What is the impact of the AppStore payments decision on Apple’s inventory?

A district judge ruled in the Apple

v Epic Games last week, noting that Apple must allow app developers to offer links to alternative payment methods in apps sold through the AppStore. Until now, Apple’s own payment system has been the only option for developers, and Apple typically charges a commission of between 15% and 30%. However, the judge rejected Epic’s claims that the AppStore is a monopoly. It was actually the biggest legal risk for Apple and the news should be a major relief for investors. Apple stock is down about -3% in trading on Friday, which isn’t a big deal given that the stock remains up around 15% year-to-date and almost 30% in the last 12 months.

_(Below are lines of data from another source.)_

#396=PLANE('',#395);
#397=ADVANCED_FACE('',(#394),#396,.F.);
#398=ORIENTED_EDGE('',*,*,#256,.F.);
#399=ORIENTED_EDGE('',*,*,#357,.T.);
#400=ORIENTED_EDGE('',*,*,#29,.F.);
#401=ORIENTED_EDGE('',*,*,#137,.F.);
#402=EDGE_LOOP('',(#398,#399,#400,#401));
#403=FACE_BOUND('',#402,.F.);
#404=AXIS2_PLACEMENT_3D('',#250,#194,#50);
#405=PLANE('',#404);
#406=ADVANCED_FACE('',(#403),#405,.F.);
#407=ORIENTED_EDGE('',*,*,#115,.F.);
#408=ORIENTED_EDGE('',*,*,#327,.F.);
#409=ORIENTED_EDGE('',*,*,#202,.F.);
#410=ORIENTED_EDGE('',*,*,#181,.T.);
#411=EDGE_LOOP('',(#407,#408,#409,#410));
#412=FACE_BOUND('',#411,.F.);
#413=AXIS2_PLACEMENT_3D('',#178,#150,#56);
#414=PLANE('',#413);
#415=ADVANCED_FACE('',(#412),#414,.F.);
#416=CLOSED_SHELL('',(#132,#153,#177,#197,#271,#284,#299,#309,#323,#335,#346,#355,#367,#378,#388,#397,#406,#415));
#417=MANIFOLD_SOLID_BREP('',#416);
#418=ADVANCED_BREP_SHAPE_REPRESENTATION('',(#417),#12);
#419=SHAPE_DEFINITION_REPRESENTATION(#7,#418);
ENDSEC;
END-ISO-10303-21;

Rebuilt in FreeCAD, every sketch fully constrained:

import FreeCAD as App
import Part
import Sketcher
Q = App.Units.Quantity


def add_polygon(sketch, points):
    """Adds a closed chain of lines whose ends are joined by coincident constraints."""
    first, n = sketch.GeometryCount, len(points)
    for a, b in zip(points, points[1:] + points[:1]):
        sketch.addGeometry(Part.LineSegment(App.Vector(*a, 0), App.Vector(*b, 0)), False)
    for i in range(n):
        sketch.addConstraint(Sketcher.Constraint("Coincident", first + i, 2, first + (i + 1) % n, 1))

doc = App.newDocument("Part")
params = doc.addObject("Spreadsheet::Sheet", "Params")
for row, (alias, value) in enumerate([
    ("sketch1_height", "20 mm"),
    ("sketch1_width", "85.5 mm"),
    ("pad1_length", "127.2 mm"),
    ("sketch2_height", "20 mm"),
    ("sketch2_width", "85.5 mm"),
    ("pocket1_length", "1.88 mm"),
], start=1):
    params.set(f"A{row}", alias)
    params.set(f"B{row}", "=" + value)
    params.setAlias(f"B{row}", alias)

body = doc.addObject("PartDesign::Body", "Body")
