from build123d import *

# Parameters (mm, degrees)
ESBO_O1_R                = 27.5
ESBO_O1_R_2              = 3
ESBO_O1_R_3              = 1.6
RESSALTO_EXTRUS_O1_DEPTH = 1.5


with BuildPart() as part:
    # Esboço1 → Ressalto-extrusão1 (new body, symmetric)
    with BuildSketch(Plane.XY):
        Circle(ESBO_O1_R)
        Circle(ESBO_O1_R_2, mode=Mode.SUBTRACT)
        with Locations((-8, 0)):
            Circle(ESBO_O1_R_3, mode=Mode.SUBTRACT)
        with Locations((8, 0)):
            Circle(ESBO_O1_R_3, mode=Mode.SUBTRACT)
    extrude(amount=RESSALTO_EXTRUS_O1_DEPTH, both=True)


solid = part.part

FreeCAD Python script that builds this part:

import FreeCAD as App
import Part
import Sketcher
from FreeCAD import Vector
Q = App.Units.Quantity

doc = App.newDocument("Part")
params = doc.addObject("Spreadsheet::Sheet", "Params")
for row, (alias, value) in enumerate([
    ("sketch1_diameter", "55 mm"),
    ("sketch1_diameter2", "6 mm"),
    ("sketch1_diameter3", "3.2 mm"),
    ("pad1_length", "3 mm"),
], start=1):
    params.set(f"A{row}", alias)
    params.set(f"B{row}", "=" + value)
    params.setAlias(f"B{row}", alias)

body = doc.addObject("PartDesign::Body", "Body")

sketch1 = body.newObject("Sketcher::SketchObject", "Sketch")
sketch1.AttachmentSupport = (doc.getObject("XY_Plane"), [""])
sketch1.MapMode = "FlatFace"
sketch1.addGeometry([
    Part.Circle(Vector(0, 0, 0), Vector(0, 0, 1), 27.5),
    Part.Circle(Vector(-8, 0, 0), Vector(0, 0, 1), 1.6),
    Part.Circle(Vector(0, 0, 0), Vector(0, 0, 1), 3),
    Part.Circle(Vector(8, 0, 0), Vector(0, 0, 1), 1.6),
], False)
sketch1.addConstraint([
    Sketcher.Constraint("Coincident", 0, 3, -1, 1),
    Sketcher.Constraint("Coincident", 2, 3, -1, 1),
    Sketcher.Constraint("Equal", 1, 3),
    Sketcher.Constraint("Symmetric", 1, 3, 3, 3, -1, 1),
    Sketcher.Constraint("PointOnObject", 1, 3, -1),
    Sketcher.Constraint("Diameter", 0, Q("55 mm")),
    Sketcher.Constraint("Diameter", 2, Q("6 mm")),
    Sketcher.Constraint("Diameter", 1, Q("3.2 mm")),
    Sketcher.Constraint("DistanceX", 1, 3, -1, 1, Q("8 mm")),
])
sketch1.setExpression("Constraints[5]", "Params.sketch1_diameter")
sketch1.setExpression("Constraints[6]", "Params.sketch1_diameter2")
sketch1.setExpression("Constraints[7]", "Params.sketch1_diameter3")
pad1 = body.newObject("PartDesign::Pad", "Pad")
pad1.Profile = sketch1
pad1.setExpression("Length", "Params.pad1_length")
pad1.Midplane = True

doc.recompute()
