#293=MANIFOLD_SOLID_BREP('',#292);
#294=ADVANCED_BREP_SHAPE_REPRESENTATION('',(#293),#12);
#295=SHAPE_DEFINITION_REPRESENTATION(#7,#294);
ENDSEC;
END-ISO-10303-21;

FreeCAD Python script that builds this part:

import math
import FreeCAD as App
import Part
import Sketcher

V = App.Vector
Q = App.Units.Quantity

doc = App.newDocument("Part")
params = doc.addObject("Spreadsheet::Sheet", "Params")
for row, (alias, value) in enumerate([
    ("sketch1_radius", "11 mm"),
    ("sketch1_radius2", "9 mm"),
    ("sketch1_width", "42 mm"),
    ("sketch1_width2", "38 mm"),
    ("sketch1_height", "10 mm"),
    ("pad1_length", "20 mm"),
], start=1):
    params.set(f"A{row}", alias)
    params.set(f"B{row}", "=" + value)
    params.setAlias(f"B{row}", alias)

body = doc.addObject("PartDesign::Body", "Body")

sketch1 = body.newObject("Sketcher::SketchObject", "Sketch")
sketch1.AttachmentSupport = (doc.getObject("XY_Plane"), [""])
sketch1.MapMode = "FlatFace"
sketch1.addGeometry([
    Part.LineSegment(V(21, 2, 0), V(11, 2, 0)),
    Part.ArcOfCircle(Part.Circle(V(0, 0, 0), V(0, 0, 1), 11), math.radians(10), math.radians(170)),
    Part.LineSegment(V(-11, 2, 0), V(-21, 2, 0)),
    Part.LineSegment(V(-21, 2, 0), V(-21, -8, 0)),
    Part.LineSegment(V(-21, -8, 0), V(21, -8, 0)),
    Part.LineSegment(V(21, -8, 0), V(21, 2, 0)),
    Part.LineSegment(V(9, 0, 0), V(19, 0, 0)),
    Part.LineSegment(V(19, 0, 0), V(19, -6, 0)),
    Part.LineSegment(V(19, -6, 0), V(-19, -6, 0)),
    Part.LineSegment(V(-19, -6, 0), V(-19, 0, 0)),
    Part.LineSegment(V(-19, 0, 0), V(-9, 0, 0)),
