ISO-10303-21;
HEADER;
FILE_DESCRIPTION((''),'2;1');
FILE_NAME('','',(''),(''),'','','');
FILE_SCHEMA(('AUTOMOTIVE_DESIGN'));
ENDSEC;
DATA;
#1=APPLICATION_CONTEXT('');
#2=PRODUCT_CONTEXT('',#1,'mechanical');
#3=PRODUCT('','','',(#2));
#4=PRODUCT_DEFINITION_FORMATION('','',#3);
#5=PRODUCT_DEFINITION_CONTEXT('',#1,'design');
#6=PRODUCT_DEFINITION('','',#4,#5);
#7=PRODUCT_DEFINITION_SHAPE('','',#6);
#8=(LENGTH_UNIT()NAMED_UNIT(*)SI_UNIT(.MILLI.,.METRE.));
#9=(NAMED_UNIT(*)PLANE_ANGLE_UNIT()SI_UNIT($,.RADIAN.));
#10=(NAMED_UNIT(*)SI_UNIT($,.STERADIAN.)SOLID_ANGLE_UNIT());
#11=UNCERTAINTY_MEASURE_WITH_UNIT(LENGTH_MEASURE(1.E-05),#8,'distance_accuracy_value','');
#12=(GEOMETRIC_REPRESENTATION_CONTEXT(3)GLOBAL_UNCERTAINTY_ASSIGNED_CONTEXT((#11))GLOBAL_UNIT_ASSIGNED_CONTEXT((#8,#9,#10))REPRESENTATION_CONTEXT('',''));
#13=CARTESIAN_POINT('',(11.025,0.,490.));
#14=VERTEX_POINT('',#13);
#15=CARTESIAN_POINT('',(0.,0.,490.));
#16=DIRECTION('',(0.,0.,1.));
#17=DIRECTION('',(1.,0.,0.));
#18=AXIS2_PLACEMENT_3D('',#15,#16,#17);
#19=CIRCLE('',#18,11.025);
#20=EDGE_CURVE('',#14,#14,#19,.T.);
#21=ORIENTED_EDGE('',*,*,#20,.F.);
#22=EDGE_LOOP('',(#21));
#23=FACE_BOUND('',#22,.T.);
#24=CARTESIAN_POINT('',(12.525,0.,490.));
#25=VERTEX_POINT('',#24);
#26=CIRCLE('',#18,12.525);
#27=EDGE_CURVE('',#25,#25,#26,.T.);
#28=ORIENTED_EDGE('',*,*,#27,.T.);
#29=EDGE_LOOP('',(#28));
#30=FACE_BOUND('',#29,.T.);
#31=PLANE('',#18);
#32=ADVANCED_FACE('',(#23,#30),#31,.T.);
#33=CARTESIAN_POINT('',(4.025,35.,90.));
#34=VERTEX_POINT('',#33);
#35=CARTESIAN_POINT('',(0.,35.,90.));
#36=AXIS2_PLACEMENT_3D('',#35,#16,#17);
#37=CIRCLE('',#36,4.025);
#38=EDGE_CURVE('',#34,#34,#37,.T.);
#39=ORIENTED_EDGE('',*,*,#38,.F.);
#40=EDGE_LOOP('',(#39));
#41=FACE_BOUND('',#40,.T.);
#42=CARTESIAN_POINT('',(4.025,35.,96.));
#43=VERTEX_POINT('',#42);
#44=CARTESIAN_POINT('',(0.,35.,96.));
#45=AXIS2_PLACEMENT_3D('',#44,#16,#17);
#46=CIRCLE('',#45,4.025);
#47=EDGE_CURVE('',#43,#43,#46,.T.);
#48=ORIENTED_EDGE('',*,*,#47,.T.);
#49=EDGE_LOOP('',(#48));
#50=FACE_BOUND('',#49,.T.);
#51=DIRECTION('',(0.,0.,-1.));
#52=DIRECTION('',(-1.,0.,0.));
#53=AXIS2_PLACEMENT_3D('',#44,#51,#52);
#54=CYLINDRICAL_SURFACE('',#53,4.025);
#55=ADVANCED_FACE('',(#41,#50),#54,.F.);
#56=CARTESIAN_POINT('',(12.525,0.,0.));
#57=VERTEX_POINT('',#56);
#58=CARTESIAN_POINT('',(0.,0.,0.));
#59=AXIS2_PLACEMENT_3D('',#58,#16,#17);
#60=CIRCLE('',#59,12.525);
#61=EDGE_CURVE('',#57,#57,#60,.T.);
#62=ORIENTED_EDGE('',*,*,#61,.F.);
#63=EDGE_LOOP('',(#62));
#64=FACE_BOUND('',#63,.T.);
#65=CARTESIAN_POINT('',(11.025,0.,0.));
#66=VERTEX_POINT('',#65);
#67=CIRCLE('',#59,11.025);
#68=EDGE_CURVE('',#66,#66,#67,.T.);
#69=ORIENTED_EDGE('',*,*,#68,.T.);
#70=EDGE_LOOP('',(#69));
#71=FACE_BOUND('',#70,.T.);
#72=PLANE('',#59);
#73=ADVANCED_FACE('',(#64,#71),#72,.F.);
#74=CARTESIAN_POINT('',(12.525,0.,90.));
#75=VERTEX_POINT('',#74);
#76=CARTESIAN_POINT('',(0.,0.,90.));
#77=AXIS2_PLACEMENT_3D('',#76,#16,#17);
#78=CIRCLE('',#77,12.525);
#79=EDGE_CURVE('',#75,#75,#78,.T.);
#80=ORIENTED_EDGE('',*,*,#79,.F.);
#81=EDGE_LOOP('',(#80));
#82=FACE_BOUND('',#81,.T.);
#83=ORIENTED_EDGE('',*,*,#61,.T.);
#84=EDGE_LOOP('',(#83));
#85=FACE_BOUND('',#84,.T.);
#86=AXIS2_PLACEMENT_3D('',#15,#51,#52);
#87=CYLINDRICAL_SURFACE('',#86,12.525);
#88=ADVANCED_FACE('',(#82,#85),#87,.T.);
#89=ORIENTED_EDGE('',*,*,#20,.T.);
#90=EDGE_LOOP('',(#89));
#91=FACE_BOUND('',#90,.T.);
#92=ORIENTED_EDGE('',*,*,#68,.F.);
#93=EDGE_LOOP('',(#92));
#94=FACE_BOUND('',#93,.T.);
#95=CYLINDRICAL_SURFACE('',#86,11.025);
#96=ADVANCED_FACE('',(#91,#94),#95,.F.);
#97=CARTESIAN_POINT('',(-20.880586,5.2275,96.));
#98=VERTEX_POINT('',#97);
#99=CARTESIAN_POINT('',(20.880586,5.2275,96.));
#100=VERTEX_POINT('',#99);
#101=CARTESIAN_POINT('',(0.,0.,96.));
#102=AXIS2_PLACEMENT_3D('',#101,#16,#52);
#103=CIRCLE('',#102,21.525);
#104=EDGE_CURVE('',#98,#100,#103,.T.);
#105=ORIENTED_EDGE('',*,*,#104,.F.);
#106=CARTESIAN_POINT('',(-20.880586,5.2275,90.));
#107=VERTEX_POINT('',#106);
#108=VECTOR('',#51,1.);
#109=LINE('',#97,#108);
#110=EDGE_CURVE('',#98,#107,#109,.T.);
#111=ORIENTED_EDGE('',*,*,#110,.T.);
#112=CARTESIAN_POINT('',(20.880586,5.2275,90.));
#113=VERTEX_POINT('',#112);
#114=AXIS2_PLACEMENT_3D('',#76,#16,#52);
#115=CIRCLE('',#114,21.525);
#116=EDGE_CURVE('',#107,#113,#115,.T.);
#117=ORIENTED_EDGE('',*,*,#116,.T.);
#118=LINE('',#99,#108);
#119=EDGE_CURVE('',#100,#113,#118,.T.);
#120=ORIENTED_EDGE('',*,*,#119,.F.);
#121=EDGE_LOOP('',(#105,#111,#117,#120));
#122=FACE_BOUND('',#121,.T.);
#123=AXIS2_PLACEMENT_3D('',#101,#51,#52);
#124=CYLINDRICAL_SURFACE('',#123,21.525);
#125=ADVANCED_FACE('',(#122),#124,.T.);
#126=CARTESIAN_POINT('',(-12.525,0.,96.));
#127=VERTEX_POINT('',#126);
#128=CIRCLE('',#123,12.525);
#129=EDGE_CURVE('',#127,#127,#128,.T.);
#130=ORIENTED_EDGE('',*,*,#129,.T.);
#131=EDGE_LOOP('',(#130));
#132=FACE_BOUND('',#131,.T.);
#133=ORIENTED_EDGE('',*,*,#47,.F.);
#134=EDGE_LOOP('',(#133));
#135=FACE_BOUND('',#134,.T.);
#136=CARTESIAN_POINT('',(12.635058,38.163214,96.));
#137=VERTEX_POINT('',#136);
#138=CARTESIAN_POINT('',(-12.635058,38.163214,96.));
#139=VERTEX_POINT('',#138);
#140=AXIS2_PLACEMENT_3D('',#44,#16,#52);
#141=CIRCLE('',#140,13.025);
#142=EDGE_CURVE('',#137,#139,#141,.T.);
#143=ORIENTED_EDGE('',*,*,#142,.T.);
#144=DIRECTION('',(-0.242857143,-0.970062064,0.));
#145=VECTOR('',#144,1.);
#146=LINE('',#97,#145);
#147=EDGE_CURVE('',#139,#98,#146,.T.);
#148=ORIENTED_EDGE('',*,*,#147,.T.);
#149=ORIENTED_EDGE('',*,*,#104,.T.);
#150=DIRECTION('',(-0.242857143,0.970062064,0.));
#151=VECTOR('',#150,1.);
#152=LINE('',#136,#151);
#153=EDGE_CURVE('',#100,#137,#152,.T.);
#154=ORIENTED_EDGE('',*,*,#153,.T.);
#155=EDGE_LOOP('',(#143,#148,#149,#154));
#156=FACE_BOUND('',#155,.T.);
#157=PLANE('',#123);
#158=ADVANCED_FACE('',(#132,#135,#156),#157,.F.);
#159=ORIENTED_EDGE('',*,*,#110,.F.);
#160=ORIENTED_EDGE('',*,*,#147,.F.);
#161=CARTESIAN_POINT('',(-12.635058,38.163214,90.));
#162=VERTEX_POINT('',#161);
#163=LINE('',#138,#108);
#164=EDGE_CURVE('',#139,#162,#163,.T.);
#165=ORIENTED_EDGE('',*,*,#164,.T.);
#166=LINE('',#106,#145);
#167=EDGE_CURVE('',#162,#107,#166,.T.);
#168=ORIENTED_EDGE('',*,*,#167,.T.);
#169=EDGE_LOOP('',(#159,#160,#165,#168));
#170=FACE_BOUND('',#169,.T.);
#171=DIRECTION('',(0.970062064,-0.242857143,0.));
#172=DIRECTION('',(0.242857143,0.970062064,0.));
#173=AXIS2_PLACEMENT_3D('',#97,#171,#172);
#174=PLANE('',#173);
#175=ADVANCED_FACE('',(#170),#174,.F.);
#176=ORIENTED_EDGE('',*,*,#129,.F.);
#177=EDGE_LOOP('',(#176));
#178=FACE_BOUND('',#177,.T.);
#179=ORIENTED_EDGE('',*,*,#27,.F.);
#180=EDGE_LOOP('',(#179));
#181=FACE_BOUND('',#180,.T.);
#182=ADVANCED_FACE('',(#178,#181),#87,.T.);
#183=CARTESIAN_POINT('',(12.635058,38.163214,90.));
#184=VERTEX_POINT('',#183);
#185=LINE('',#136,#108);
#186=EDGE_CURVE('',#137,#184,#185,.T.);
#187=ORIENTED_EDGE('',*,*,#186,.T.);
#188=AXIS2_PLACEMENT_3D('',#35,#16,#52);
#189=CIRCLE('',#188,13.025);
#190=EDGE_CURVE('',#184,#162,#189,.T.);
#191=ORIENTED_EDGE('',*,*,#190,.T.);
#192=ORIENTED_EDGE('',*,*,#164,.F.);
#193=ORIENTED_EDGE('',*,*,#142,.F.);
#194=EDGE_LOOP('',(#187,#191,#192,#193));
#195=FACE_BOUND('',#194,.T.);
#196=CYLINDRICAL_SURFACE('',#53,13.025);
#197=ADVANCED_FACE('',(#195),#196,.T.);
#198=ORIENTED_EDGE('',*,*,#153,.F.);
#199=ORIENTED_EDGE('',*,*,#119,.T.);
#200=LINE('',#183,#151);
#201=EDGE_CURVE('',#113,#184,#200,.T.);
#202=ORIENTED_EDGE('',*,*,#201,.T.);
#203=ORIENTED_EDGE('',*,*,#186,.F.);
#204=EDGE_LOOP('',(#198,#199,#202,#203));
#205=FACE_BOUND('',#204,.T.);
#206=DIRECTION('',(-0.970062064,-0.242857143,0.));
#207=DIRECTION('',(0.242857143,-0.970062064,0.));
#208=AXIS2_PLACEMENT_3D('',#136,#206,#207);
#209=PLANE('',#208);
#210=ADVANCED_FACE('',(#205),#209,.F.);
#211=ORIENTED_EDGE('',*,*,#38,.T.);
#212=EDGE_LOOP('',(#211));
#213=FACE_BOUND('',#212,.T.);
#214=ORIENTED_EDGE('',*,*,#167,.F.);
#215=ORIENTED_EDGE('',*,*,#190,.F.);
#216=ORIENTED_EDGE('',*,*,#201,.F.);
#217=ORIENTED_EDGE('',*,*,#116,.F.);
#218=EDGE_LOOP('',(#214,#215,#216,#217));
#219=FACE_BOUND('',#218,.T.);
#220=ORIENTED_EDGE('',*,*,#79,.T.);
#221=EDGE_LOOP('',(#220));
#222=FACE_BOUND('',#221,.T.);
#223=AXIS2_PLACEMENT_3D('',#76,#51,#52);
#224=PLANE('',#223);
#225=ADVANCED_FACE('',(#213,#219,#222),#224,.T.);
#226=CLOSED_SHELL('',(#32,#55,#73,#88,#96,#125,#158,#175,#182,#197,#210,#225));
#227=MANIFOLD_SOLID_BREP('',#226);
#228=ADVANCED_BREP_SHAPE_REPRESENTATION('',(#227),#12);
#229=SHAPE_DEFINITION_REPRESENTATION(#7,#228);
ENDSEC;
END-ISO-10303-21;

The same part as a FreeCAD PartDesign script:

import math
import FreeCAD as App
import Part
import Sketcher

doc = App.newDocument("Part")
body = doc.addObject("PartDesign::Body", "Body")

# Sketch on XY plane
sketch1 = body.newObject("Sketcher::SketchObject", "Sketch")
sketch1.AttachmentSupport = (doc.getObject("XY_Plane"), [""])
sketch1.MapMode = "FlatFace"
sketch1.addGeometry(Part.Circle(App.Vector(0, 0, 0), App.Vector(0, 0, 1), 13), False)
sketch1.addGeometry(Part.Circle(App.Vector(0, 0, 0), App.Vector(0, 0, 1), 11), False)
sketch1.addConstraint(Sketcher.Constraint("Coincident", 0, 3, -1, 1))
sketch1.addConstraint(Sketcher.Constraint("Coincident", 1, 3, -1, 1))
sketch1.addConstraint(Sketcher.Constraint("Diameter", 0, 25.05))
sketch1.addConstraint(Sketcher.Constraint("Diameter", 1, 22.05))
pad1 = body.newObject("PartDesign::Pad", "Pad")
pad1.Profile = sketch1
pad1.Length = 490

# Sketch on XY plane
sketch2 = body.newObject("Sketcher::SketchObject", "Sketch001")
sketch2.AttachmentSupport = (doc.getObject("XY_Plane"), [""])
sketch2.MapMode = "FlatFace"
sketch2.AttachmentOffset = App.Placement(App.Vector(0, 0, 90), App.Rotation())
sketch2.addGeometry(Part.LineSegment(App.Vector(-12.6, 38.2, 0), App.Vector(-20.9, 5.2, 0)), False)
sketch2.addGeometry(Part.ArcOfCircle(Part.Circle(App.Vector(0, 0, 0), App.Vector(0, 0, 1), 21.5), math.radians(166), math.radians(374)), False)
sketch2.addGeometry(Part.LineSegment(App.Vector(20.9, 5.2, 0), App.Vector(12.6, 38.2, 0)), False)
sketch2.addGeometry(Part.ArcOfCircle(Part.Circle(App.Vector(0, 35, 0), App.Vector(0, 0, 1), 13), math.radians(14), math.radians(166)), False)
sketch2.addGeometry(Part.Circle(App.Vector(0, 0, 0), App.Vector(0, 0, 1), 12.5), False)
sketch2.addGeometry(Part.Circle(App.Vector(0, 35, 0), App.Vector(0, 0, 1), 4), False)
sketch2.addConstraint(Sketcher.Constraint("Tangent", 0, 2, 1, 1))
sketch2.addConstraint(Sketcher.Constraint("Tangent", 1, 2, 2, 1))
sketch2.addConstraint(Sketcher.Constraint("Tangent", 2, 2, 3, 1))
sketch2.addConstraint(Sketcher.Constraint("Tangent", 3, 2, 0, 1))
sketch2.addConstraint(Sketcher.Constraint("Coincident", 1, 3, -1, 1))
sketch2.addConstraint(Sketcher.Constraint("Coincident", 4, 3, -1, 1))
sketch2.addConstraint(Sketcher.Constraint("Coincident", 5, 3, 3, 3))
sketch2.addConstraint(Sketcher.Constraint("PointOnObject", 3, 3, -2))
sketch2.addConstraint(Sketcher.Constraint("Diameter", 4, 25.05))
sketch2.addConstraint(Sketcher.Constraint("Diameter", 5, 8.05))
sketch2.addConstraint(Sketcher.Constraint("DistanceY", -1, 1, 3, 3, 35.0))
sketch2.addConstraint(Sketcher.Constraint("Radius", 1, 21.525))
sketch2.addConstraint(Sketcher.Constraint("Radius", 3, 13.025))
pad2 = body.newObject("PartDesign::Pad", "Pad001")
pad2.Profile = sketch2
pad2.Length = 6

doc.recompute()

Now, the payments decision is a blow to Apple’s highly lucrative App Store business, which we believe accounted for around $ 18 billion in Apple’s revenue for fiscal 2020. It is probably safe to assume that Apple will lose a few billion in annual AppStore-related sales as developers seek to steer customers toward their own lower-cost payment options. However, we believe this is something Apple can handle in the long run for several reasons. First, many developers and customers might continue to prefer Apple’s in-house payment option, due to its convenience and seamless integration with the iPhone experience. Additionally, Apple’s services business has grown rapidly, with sales up 29% in the first nine months of FY21, in part due to the introduction of new subscription services. , which could help mask the longer-term impact of the blow on AppStore Revenue.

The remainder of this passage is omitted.